REQUIREMENT =
Exactly the lines from the top of the records below through the one containing "v -4.505 -28 2.169" must be set down, with no line added or dropped.

(Saved data entries)
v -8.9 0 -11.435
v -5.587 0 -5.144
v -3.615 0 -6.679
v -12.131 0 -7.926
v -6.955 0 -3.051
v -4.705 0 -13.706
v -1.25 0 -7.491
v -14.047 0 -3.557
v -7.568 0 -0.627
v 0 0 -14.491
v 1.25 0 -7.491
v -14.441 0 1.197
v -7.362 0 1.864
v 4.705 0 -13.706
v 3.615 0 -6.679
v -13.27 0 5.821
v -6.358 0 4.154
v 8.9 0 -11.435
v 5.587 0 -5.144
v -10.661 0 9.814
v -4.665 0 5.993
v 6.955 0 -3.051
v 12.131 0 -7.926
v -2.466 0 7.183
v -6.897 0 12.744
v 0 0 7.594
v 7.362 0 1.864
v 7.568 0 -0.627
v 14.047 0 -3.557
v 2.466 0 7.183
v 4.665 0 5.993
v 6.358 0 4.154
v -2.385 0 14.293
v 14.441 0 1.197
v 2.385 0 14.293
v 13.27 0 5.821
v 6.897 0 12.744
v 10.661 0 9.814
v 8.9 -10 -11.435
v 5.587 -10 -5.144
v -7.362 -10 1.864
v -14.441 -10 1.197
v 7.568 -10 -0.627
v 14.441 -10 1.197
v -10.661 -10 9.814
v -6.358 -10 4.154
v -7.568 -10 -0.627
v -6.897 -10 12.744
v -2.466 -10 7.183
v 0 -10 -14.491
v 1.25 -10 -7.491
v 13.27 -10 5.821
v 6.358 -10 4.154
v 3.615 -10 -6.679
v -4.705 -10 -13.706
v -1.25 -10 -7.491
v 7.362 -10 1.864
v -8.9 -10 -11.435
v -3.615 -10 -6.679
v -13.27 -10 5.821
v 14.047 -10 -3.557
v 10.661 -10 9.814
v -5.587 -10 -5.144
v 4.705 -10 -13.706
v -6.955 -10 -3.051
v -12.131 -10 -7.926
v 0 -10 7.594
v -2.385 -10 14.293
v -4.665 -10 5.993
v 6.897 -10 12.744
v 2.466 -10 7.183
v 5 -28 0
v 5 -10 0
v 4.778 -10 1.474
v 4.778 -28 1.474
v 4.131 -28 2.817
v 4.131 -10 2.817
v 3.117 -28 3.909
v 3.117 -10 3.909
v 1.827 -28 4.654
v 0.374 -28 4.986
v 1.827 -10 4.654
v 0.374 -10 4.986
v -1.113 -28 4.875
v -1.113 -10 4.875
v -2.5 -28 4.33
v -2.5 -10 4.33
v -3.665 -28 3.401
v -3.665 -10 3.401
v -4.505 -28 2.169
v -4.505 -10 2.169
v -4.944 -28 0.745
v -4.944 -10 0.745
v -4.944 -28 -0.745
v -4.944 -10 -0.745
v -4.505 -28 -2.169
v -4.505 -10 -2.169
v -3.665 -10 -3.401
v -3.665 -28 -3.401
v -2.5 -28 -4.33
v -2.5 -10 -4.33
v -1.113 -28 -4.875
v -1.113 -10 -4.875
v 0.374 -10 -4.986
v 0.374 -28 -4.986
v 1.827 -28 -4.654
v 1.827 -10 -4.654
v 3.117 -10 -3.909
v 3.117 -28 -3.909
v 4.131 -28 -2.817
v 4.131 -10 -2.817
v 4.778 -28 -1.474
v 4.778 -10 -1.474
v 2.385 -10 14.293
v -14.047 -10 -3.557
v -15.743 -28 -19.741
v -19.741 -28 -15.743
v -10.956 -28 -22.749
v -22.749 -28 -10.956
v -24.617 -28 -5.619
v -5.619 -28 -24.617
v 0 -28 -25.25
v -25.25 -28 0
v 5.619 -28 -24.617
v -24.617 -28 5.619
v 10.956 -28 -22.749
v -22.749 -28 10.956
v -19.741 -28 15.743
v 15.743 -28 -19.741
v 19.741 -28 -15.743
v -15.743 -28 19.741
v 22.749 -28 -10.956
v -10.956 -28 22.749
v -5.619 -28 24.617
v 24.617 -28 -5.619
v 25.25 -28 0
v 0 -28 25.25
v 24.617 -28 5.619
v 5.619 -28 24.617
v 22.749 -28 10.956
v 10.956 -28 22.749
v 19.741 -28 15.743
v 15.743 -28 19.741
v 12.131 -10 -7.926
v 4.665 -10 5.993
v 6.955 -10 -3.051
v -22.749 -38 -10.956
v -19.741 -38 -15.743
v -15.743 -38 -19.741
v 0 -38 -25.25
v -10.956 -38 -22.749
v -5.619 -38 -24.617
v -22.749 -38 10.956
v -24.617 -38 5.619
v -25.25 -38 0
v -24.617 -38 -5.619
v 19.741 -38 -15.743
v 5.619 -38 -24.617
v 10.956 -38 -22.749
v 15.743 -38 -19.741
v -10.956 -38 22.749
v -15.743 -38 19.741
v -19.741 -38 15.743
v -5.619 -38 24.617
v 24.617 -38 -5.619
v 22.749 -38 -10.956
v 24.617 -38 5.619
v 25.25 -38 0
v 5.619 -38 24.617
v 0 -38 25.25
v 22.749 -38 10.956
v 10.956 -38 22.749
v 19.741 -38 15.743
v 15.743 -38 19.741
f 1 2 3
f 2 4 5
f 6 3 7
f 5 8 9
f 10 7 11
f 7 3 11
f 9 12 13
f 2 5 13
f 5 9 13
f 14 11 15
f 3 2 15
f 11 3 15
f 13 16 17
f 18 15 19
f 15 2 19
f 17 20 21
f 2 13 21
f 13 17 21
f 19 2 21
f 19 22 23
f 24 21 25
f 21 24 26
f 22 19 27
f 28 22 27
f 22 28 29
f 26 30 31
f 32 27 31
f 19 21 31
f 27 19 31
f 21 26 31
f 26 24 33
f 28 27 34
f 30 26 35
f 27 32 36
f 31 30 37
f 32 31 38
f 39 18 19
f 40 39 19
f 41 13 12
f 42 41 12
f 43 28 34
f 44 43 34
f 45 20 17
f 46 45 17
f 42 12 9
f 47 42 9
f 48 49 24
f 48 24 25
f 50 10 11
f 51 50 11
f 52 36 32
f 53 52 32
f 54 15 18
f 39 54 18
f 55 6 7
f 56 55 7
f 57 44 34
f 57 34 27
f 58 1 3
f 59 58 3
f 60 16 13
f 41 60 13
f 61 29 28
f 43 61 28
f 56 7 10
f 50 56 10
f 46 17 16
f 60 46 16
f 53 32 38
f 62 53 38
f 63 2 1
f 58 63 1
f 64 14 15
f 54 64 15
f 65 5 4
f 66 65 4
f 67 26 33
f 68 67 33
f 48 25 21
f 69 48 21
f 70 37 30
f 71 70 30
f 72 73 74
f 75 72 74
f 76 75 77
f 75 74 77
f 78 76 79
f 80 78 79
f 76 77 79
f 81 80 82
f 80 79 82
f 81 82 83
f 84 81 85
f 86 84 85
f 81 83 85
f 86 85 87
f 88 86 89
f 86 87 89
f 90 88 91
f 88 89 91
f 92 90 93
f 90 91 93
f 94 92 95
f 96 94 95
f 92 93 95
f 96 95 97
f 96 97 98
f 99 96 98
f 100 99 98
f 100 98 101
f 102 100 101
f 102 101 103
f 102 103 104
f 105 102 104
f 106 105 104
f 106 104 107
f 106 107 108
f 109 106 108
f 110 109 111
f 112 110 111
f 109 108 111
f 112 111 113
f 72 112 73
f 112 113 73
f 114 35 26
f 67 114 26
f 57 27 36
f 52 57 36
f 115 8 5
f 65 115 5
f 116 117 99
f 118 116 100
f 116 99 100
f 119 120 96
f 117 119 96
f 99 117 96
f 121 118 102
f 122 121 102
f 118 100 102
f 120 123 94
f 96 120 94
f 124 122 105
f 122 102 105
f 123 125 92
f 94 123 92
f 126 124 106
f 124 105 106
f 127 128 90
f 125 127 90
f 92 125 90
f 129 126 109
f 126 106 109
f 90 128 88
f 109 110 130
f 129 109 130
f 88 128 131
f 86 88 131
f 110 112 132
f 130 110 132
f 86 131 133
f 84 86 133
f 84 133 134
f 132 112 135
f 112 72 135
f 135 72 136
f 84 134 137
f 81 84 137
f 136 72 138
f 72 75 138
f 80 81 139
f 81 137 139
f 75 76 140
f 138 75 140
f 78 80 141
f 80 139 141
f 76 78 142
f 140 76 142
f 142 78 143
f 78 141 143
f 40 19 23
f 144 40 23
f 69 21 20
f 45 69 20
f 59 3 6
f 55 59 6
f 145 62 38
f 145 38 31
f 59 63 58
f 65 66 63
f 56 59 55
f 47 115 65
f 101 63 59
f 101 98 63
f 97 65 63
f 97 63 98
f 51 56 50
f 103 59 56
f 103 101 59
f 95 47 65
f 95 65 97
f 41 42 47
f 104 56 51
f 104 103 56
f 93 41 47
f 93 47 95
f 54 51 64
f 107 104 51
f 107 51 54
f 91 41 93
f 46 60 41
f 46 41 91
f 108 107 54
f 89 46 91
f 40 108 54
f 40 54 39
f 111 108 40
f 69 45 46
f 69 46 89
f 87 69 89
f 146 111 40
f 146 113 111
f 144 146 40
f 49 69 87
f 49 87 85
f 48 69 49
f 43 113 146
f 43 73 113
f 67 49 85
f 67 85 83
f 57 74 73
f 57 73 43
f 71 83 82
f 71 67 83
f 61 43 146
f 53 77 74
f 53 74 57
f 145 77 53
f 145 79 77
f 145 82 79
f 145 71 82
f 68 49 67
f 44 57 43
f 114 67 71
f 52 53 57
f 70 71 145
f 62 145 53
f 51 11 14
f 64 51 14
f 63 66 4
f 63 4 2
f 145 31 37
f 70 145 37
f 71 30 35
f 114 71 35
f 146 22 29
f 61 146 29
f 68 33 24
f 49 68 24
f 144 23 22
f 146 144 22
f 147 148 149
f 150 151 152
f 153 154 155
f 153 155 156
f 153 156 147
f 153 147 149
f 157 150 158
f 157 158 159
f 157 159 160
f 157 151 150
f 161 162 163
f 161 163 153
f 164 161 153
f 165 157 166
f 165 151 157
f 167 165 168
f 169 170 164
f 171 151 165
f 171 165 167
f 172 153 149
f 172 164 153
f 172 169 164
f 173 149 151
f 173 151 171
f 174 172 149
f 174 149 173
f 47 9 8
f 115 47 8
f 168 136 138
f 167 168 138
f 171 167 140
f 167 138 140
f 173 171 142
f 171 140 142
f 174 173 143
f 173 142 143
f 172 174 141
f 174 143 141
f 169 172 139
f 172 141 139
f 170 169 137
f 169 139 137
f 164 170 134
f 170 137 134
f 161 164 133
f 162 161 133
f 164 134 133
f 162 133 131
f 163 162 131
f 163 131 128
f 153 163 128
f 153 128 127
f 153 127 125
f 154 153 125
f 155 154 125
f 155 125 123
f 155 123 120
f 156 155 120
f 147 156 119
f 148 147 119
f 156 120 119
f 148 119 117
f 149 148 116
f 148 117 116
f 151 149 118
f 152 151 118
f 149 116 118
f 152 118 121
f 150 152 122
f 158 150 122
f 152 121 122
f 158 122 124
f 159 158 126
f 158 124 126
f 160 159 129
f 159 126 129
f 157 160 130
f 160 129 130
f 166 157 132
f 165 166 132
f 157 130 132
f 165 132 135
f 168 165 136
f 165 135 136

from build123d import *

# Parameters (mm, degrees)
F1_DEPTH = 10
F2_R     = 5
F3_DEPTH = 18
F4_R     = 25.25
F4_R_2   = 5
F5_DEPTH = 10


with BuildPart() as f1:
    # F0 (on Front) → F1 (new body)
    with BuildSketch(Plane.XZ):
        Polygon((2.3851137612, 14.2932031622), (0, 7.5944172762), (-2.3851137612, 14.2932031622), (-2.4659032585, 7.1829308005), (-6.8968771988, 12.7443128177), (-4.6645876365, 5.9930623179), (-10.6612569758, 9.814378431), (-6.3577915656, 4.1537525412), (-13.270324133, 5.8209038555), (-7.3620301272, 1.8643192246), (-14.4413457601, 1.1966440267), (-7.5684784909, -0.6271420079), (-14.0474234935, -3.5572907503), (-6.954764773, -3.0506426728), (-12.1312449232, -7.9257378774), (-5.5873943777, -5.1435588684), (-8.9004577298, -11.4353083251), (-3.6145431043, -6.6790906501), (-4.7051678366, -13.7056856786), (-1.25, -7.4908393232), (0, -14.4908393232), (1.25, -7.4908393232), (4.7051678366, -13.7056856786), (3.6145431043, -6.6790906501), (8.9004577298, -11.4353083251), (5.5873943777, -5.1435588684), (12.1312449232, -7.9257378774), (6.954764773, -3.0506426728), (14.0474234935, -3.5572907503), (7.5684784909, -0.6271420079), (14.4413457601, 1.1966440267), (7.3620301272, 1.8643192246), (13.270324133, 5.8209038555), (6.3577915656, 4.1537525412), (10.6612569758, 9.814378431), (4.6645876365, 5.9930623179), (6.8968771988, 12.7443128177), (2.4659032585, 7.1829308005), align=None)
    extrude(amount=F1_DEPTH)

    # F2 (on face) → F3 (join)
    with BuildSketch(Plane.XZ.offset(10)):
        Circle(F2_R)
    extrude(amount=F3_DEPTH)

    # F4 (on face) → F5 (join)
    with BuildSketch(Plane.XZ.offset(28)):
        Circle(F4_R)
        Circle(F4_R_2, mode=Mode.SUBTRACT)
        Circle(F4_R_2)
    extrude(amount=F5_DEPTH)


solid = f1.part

ANSWER AREA =
v -8.9 0 -11.435
v -5.587 0 -5.144
v -3.615 0 -6.679
v -12.131 0 -7.926
v -6.955 0 -3.051
v -4.705 0 -13.706
v -1.25 0 -7.491
v -14.047 0 -3.557
v -7.568 0 -0.627
v 0 0 -14.491
v 1.25 0 -7.491
v -14.441 0 1.197
v -7.362 0 1.864
v 4.705 0 -13.706
v 3.615 0 -6.679
v -13.27 0 5.821
v -6.358 0 4.154
v 8.9 0 -11.435
v 5.587 0 -5.144
v -10.661 0 9.814
v -4.665 0 5.993
v 6.955 0 -3.051
v 12.131 0 -7.926
v -2.466 0 7.183
v -6.897 0 12.744
v 0 0 7.594
v 7.362 0 1.864
v 7.568 0 -0.627
v 14.047 0 -3.557
v 2.466 0 7.183
v 4.665 0 5.993
v 6.358 0 4.154
v -2.385 0 14.293
v 14.441 0 1.197
v 2.385 0 14.293
v 13.27 0 5.821
v 6.897 0 12.744
v 10.661 0 9.814
v 8.9 -10 -11.435
v 5.587 -10 -5.144
v -7.362 -10 1.864
v -14.441 -10 1.197
v 7.568 -10 -0.627
v 14.441 -10 1.197
v -10.661 -10 9.814
v -6.358 -10 4.154
v -7.568 -10 -0.627
v -6.897 -10 12.744
v -2.466 -10 7.183
v 0 -10 -14.491
v 1.25 -10 -7.491
v 13.27 -10 5.821
v 6.358 -10 4.154
v 3.615 -10 -6.679
v -4.705 -10 -13.706
v -1.25 -10 -7.491
v 7.362 -10 1.864
v -8.9 -10 -11.435
v -3.615 -10 -6.679
v -13.27 -10 5.821
v 14.047 -10 -3.557
v 10.661 -10 9.814
v -5.587 -10 -5.144
v 4.705 -10 -13.706
v -6.955 -10 -3.051
v -12.131 -10 -7.926
v 0 -10 7.594
v -2.385 -10 14.293
v -4.665 -10 5.993
v 6.897 -10 12.744
v 2.466 -10 7.183
v 5 -28 0
v 5 -10 0
v 4.778 -10 1.474
v 4.778 -28 1.474
v 4.131 -28 2.817
v 4.131 -10 2.817
v 3.117 -28 3.909
v 3.117 -10 3.909
v 1.827 -28 4.654
v 0.374 -28 4.986
v 1.827 -10 4.654
v 0.374 -10 4.986
v -1.113 -28 4.875
v -1.113 -10 4.875
v -2.5 -28 4.33
v -2.5 -10 4.33
v -3.665 -28 3.401
v -3.665 -10 3.401
v -4.505 -28 2.169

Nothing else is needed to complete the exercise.